I have to respectfully disagree. I always cold smoke cheese for two hours, vac seal, then try after about 2 weeks and it seems to be perfect; but straight out of the smoker it is far too pungent and acrid to eat. The 2 week mellowing phase is the key. That's not to say that your method isn't a great one. Just saying that you _can _smoke as the original poster did, let it mellow, and still end up with a great end product. That's been my experience.


----------



## cmayna (Jan 24, 2017)

Heck, I don't taste my smoked cheese for  3-4 months afterwards.


----------



## mr t 59874 (Jan 24, 2017)

pikestabber said:


> I have to respectfully disagree. I always cold smoke cheese for two hours, vac seal, then try after about 2 weeks and it seems to be perfect; but straight out of the smoker it is far too pungent and acrid to eat. The 2 week mellowing phase is the key. That's not to say that your method isn't a great one. Just saying that you _can _smoke as the original poster did, let it mellow, and still end up with a great end product. That's been my experience.

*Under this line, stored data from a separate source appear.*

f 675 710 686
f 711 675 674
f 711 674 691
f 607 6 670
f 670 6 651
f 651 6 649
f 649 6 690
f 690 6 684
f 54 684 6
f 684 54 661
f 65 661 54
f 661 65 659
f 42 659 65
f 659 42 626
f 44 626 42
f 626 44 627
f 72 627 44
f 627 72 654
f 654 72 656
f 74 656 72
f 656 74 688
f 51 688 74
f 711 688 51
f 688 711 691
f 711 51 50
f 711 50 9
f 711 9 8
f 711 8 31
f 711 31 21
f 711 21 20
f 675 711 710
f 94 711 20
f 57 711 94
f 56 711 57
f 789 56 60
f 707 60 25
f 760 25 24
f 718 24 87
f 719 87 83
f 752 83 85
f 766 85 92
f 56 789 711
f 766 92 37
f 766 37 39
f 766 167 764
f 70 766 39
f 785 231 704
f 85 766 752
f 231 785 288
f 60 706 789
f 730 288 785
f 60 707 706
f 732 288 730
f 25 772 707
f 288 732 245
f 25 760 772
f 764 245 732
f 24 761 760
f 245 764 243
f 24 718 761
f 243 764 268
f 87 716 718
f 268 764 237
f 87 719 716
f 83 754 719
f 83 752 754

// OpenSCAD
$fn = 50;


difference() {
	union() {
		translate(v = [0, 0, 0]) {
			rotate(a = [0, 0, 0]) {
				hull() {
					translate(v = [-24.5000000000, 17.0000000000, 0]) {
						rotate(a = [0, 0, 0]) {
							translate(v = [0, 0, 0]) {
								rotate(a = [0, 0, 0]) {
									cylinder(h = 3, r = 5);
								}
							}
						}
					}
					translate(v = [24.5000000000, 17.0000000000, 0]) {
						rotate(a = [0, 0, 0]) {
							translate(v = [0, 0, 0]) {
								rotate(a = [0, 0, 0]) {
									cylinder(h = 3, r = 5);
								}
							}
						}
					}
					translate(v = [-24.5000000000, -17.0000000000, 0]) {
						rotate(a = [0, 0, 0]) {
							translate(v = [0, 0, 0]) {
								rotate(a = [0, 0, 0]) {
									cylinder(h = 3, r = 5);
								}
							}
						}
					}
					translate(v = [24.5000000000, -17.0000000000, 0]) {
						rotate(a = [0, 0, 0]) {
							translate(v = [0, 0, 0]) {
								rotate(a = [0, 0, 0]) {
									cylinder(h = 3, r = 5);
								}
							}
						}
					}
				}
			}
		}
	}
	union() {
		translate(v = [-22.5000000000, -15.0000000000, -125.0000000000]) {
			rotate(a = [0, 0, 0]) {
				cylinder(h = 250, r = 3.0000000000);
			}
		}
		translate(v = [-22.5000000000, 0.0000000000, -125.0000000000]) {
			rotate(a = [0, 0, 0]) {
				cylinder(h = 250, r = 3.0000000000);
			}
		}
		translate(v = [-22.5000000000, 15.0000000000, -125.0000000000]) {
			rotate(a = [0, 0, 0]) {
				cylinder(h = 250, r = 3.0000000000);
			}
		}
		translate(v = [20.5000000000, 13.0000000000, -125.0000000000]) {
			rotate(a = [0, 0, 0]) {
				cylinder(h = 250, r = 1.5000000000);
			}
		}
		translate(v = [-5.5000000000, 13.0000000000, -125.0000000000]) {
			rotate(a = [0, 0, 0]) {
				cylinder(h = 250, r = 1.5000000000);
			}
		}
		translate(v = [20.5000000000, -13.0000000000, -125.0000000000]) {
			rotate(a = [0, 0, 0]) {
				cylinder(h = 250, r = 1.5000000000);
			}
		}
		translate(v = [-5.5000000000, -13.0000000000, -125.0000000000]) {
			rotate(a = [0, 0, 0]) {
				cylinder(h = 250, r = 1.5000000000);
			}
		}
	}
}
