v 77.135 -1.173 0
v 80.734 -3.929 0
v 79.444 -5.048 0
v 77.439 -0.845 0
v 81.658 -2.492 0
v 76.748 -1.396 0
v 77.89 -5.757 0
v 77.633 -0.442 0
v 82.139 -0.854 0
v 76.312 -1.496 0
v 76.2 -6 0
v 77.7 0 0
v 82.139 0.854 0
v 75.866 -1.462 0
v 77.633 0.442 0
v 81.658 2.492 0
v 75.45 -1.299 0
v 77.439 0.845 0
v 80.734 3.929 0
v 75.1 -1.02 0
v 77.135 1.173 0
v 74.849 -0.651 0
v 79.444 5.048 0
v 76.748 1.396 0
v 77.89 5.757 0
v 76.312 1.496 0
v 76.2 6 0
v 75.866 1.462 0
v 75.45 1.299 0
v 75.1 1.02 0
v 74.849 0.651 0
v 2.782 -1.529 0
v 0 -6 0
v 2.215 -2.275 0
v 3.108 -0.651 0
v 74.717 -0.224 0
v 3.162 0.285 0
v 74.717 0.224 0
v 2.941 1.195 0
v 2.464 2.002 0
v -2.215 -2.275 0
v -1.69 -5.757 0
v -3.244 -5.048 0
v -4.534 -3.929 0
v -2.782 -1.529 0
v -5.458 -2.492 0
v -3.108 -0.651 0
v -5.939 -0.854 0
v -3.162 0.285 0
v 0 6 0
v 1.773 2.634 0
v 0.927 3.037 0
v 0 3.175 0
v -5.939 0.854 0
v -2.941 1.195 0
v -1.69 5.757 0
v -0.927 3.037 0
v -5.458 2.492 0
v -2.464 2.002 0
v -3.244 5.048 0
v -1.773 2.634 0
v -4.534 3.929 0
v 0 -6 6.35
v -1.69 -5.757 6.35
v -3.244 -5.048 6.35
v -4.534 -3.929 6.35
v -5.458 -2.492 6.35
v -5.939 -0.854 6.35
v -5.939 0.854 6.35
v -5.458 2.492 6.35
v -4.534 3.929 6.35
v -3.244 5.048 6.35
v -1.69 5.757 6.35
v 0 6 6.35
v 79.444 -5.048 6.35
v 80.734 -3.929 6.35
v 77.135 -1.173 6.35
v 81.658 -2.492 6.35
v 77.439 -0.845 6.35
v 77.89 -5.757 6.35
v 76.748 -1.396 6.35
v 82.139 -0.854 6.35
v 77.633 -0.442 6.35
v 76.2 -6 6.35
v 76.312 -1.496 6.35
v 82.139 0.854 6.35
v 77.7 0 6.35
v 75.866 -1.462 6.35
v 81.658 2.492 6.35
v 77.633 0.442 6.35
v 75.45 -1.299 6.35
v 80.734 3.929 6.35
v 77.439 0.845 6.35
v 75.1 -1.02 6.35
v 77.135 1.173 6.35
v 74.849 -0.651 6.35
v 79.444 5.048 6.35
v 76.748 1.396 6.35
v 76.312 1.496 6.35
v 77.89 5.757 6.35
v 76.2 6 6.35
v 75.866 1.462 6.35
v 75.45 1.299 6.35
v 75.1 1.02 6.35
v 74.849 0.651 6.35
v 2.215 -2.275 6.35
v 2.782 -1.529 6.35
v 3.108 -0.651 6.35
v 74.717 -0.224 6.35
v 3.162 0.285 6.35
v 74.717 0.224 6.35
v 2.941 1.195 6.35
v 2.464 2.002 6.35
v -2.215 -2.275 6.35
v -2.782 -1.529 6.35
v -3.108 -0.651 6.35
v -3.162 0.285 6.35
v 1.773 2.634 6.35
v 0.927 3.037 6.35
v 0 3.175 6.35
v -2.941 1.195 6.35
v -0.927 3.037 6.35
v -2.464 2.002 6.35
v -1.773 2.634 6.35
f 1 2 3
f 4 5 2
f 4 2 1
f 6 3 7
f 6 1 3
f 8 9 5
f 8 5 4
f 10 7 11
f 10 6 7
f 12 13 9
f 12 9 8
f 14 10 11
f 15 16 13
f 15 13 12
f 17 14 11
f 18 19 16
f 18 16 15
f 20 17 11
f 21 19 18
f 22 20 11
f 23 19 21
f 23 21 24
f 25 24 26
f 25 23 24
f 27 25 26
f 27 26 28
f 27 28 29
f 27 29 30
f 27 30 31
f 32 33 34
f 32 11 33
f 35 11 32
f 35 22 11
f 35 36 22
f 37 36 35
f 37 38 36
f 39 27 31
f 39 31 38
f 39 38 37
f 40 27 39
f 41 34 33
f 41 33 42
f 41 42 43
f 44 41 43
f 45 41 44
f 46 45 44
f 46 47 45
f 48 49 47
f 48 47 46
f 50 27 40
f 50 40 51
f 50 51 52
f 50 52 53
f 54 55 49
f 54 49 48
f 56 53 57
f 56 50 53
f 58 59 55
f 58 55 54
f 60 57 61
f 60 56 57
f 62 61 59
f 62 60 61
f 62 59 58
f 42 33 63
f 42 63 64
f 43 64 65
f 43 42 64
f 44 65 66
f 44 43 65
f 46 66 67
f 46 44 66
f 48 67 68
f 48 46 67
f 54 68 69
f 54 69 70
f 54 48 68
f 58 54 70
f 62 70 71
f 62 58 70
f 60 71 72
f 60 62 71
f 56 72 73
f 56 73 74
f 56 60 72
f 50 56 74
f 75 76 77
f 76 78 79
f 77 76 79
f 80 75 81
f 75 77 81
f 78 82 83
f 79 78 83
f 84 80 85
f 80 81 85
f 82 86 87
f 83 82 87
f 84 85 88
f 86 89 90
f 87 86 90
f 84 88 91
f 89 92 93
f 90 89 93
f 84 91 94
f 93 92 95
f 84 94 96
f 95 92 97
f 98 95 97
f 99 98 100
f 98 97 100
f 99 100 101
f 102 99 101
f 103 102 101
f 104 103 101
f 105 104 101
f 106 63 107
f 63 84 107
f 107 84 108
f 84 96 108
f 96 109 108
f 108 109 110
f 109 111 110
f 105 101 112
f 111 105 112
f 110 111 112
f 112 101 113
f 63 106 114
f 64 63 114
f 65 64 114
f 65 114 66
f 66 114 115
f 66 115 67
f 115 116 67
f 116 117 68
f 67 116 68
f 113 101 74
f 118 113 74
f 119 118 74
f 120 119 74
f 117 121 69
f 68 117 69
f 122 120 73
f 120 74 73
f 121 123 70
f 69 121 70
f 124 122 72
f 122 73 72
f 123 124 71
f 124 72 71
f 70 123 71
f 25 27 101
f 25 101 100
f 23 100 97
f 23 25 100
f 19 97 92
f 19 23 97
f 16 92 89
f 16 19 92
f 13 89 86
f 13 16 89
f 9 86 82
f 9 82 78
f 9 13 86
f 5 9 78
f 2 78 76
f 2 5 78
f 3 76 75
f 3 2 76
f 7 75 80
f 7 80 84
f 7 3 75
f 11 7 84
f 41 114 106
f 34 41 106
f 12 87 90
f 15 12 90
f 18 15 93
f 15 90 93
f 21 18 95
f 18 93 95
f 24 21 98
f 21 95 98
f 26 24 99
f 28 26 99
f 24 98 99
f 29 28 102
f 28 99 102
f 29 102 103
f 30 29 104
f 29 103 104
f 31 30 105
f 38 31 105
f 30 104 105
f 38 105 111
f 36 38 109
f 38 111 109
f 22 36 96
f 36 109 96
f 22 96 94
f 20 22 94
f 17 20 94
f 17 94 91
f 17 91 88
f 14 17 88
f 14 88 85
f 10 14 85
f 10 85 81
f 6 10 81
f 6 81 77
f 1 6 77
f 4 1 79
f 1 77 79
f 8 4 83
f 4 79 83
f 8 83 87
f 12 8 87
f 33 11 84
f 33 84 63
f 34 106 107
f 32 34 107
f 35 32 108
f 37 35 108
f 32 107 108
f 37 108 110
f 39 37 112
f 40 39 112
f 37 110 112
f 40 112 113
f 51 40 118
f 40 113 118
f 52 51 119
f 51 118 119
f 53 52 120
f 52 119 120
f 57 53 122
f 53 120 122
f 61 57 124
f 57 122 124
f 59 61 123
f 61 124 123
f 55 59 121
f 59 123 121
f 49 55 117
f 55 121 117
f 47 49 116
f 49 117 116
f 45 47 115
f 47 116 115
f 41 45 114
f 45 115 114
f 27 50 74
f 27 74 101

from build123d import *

# Parameters (mm, degrees)
BOSS_EXTRU_1_DEPTH      = 6.35
ENL_V_MAT_EXTRU_1_REACH = 84.663
ESQUISSE3_R             = 1.5
ENL_V_MAT_EXTRU_2_DEPTH = 6.35


with BuildPart() as part:
    # Esquisse1 → Boss.-Extru.1 (new body)
    with BuildSketch(Plane.XY):
        with BuildLine():
            Line((0, 6), (76.2, 6))
            ThreePointArc((76.2, 6), (82.2, 0), (76.2, -6))
            Line((76.2, -6), (0, -6))
            ThreePointArc((0, -6), (-6, 0), (0, 6))
        make_face()
    extrude(amount=BOSS_EXTRU_1_DEPTH)

    # Esquisse2 → Enlèv. mat.-Extru.1 (cut, up to next)
    with BuildSketch(Plane.XY.offset(6.35), mode=Mode.PRIVATE) as enl_v_mat_extru_1_sk1:
        with BuildLine():
            Line((-2.214723459, -2.275), (2.214723459, -2.275))
            ThreePointArc((2.214723459, -2.275), (0, 3.175), (-2.214723459, -2.275))
        make_face()
    enl_v_mat_extru_1_tool1 = extrude(enl_v_mat_extru_1_sk1.sketch, amount=-ENL_V_MAT_EXTRU_1_REACH, mode=Mode.PRIVATE) & part.part
    add(enl_v_mat_extru_1_tool1.solids().sort_by_distance((0, 0.25037, 6.35))[0], mode=Mode.SUBTRACT)

    # Esquisse3 → Enlèv. mat.-Extru.2 (cut)
    with BuildSketch(Plane.XY.offset(6.35)):
        with Locations((76.2, 0)):
            Circle(ESQUISSE3_R)
    extrude(amount=-ENL_V_MAT_EXTRU_2_DEPTH, mode=Mode.SUBTRACT)


solid = part.part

pikestabber, as you, I totally respect your comments. I like you used to do the same, but after many decades of smoking cheese, it was eventually learned that the rest period was not necessary and the product was much improved. If you are enjoying your cheese, by all means continue with your technique.

You may have already read it,but if not you may or may not find the following interesting. Why one should learn to control their smoke when smoking cheese or other products.

Have fun and enjoy your cheese,

Tom


----------



## mr t 59874 (Jan 24, 2017)

cmayna said:


> Heck, I don't taste my smoked cheese for  3-4 months afterwards.


Nothing wrong with further aging your cheese, in fact I encourage it, but that’s a completely different subject.

Enjoy your cheese,

T


----------